Les relations incestueuses soumises à enquête parlementaire

La proposition de résolution tendant à la création d’une commission d’enquête sur le traitement judiciaire des violences sexuelles incestueuses parentales commises contre les enfants et la situation des parents protecteurs, a été adoptée mercredi 28 janvier par l’Assemblée nationale à l’unanimité. 

Selon la Commission indépendante sur l’inceste et les violences sexuelles faites aux enfants, environ 160 000 enfants sont victimes de viols ou d’agressions sexuelles chaque année en France.  

Près de 77% de ces violences sont commises au sein de la famille, révélant l’ampleur du phénomène incestueux et la gravité de ses conséquences sur les enfants.

Malgré cette réalité, les procédures judiciaires engagées aboutissent rarement à des condamnations. Il existe un décalage majeur entre l’ampleur des violences et la faiblesse de la réponse pénale, ce qui témoigne d’une défaillance structurelle du système judiciaire. En effet, les enfants victimes demeurent trop souvent exposés à leur agresseur, au motif de la spécificité du lien parental ; les parents qui tentent de protéger leurs enfants victimes, le plus souvent des mères, se retrouvent eux-mêmes poursuivis. Celles qu’on qualifie de « mères protectrices » se voient condamnées pour non-présentation d’enfant, et sont condamnées à des astreintes ou des amendes, voire de peines d’emprisonnement, alors même qu’elles agissent dans l’intérêt de leur enfant.

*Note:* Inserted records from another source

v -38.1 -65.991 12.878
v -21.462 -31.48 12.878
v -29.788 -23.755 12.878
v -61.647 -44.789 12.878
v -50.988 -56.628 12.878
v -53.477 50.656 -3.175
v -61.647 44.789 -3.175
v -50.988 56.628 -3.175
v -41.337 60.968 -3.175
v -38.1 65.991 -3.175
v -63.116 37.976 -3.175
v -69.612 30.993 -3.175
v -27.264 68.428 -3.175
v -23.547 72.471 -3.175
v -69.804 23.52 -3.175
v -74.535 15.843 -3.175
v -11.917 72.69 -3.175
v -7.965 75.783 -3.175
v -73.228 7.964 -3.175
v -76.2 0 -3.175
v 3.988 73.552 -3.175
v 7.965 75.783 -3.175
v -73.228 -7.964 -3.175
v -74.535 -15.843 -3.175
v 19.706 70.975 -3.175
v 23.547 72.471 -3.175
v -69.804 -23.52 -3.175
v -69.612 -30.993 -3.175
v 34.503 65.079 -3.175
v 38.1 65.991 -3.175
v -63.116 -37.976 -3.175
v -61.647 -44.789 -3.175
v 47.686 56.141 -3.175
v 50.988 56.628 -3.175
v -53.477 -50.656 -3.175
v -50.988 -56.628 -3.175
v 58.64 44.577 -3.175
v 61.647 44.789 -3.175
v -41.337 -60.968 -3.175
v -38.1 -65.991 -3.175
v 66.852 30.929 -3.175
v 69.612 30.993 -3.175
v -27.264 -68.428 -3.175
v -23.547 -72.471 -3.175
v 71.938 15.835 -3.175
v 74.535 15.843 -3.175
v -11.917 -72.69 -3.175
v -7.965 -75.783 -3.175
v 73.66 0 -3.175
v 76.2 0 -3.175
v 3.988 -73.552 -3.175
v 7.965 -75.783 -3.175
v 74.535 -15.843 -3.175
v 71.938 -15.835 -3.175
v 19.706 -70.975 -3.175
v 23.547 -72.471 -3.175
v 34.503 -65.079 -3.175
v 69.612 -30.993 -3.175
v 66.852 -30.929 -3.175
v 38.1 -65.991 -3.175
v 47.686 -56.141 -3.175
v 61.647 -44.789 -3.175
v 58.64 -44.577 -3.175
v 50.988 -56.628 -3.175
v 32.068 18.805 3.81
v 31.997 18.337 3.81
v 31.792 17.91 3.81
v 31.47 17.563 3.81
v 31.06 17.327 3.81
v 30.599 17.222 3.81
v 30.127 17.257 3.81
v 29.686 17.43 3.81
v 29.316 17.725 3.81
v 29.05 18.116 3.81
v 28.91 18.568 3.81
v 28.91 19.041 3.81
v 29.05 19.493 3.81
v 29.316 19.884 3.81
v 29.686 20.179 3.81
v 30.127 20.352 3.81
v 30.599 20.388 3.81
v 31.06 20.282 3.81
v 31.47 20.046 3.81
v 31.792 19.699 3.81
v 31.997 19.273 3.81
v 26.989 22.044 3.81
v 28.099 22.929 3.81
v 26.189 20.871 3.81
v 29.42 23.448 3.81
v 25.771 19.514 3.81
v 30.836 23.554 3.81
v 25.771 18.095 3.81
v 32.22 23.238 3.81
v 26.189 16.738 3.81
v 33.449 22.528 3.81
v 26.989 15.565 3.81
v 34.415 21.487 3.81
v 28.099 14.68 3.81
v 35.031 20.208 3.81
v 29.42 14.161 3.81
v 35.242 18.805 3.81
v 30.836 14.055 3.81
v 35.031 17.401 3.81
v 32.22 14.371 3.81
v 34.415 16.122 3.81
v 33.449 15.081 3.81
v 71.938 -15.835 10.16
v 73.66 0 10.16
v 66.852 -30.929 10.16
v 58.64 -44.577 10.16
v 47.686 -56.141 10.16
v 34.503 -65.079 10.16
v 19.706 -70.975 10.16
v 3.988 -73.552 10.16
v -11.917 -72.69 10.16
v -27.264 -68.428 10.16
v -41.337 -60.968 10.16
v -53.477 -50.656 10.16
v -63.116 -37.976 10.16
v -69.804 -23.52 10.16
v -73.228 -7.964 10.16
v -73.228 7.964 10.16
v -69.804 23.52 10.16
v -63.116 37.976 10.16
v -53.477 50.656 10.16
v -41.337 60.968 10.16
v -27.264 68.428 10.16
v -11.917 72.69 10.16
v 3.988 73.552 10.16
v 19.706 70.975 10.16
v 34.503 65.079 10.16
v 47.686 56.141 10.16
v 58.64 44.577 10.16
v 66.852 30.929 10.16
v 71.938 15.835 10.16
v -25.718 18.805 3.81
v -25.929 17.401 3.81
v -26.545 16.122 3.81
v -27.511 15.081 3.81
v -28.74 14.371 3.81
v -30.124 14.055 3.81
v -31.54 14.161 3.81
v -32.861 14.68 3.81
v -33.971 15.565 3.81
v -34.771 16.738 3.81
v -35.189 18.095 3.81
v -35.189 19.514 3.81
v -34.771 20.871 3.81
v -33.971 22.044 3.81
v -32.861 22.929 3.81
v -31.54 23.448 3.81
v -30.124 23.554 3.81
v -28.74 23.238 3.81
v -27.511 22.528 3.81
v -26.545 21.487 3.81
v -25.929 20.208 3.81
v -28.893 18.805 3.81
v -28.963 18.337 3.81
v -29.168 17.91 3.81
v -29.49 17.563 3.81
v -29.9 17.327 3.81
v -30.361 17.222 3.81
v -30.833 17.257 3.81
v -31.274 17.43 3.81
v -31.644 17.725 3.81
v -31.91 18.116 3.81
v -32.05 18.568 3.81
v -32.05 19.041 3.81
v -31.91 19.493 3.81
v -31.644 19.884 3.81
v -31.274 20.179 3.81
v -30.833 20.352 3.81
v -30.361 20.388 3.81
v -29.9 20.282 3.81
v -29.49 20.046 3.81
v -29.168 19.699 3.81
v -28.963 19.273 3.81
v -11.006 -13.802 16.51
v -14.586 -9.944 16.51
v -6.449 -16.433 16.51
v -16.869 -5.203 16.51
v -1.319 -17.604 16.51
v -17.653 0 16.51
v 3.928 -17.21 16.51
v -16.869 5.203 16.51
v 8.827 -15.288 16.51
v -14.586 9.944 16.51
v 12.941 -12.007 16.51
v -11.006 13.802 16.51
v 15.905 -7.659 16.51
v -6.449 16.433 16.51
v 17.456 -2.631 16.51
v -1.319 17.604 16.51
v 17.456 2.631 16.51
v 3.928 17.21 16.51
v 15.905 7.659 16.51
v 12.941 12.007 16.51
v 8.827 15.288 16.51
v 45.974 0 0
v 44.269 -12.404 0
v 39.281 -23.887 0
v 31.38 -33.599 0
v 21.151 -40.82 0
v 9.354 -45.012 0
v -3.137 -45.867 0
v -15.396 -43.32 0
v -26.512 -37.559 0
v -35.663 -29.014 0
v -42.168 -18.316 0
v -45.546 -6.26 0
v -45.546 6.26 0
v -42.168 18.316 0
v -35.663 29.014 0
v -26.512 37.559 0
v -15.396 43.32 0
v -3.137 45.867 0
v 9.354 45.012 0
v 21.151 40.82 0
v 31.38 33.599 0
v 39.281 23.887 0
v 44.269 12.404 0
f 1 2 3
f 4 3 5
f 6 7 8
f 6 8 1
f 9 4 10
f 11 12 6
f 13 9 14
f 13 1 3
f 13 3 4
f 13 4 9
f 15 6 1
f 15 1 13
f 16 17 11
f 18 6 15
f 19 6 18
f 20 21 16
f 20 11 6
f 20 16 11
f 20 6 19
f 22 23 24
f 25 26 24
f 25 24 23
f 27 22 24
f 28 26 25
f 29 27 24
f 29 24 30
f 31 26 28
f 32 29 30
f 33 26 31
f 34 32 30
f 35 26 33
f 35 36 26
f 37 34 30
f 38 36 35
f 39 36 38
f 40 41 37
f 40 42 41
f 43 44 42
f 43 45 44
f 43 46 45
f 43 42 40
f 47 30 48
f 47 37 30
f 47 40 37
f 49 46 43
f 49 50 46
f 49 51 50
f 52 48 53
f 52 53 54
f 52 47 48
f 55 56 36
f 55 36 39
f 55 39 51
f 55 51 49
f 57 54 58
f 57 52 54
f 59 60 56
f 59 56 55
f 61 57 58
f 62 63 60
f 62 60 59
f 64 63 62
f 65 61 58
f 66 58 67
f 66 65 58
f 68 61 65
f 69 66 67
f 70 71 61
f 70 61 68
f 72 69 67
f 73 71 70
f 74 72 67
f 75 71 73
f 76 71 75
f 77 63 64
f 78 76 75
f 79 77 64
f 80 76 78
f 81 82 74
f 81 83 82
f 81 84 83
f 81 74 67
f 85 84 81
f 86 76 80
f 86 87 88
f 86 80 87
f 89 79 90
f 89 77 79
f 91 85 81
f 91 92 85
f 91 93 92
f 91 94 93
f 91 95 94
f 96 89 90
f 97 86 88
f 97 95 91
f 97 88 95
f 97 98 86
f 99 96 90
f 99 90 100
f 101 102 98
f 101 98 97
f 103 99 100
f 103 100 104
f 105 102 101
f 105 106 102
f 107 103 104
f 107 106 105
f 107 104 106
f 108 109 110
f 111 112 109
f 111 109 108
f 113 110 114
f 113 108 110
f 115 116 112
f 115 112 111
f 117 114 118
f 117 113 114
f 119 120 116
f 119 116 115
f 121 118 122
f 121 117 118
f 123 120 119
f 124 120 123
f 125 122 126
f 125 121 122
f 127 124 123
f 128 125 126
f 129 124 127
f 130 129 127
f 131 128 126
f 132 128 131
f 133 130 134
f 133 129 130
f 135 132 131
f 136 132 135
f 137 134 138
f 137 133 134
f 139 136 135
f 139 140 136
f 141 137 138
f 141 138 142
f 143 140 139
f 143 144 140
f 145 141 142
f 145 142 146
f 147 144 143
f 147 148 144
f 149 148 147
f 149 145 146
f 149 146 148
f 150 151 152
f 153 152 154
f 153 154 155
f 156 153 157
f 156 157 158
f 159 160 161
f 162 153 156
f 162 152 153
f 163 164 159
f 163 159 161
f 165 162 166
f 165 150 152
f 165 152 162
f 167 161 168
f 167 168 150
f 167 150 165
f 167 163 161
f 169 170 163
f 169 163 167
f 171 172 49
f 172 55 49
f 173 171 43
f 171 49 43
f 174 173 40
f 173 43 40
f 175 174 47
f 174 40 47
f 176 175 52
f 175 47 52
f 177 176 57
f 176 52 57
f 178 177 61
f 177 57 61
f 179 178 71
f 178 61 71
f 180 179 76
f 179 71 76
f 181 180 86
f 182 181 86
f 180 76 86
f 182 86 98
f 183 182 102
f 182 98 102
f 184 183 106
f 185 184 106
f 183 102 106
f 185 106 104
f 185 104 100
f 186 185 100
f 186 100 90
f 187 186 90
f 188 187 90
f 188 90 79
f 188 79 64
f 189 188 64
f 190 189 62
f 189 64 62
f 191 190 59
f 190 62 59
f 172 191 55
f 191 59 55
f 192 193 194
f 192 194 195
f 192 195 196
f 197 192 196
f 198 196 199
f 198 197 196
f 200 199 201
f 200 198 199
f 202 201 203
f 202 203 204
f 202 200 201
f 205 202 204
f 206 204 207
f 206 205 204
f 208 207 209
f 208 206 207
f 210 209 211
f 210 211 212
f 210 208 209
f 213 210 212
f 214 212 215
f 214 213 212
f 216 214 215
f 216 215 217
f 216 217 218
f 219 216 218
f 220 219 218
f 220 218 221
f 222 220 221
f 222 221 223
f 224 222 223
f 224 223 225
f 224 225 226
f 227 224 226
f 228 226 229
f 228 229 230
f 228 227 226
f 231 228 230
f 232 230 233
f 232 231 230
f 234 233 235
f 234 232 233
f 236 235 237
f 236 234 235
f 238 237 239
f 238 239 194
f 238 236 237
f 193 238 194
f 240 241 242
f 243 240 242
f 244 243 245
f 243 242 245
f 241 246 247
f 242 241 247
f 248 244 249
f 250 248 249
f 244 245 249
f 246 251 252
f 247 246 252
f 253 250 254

Dans ce contexte, la proposition de résolution vise à créer une commission d’enquête sur le traitement judiciaire des violences sexuelles incestueuses parentales commises contre les enfants et la situation des parents protecteurs, notamment des mères protectrices. La commission d’enquête envisagée vise en effet à recueillir des éléments d’information sur des faits déterminés, enquêter sur les mécanismes qui conduisent à l’impunité quasi-totale des auteurs d’inceste parental et formuler des recommandations garantissant une protection réelle des enfants victimes d’inceste et une sécurité juridique des parents protecteurs.

Sur ce sujet majeur trop longtemps tu, il est tout à fait nécessaire de conduire un travail parlementaire approfondi ; c’est pourquoi j’ai voté en faveur de cette proposition de résolution.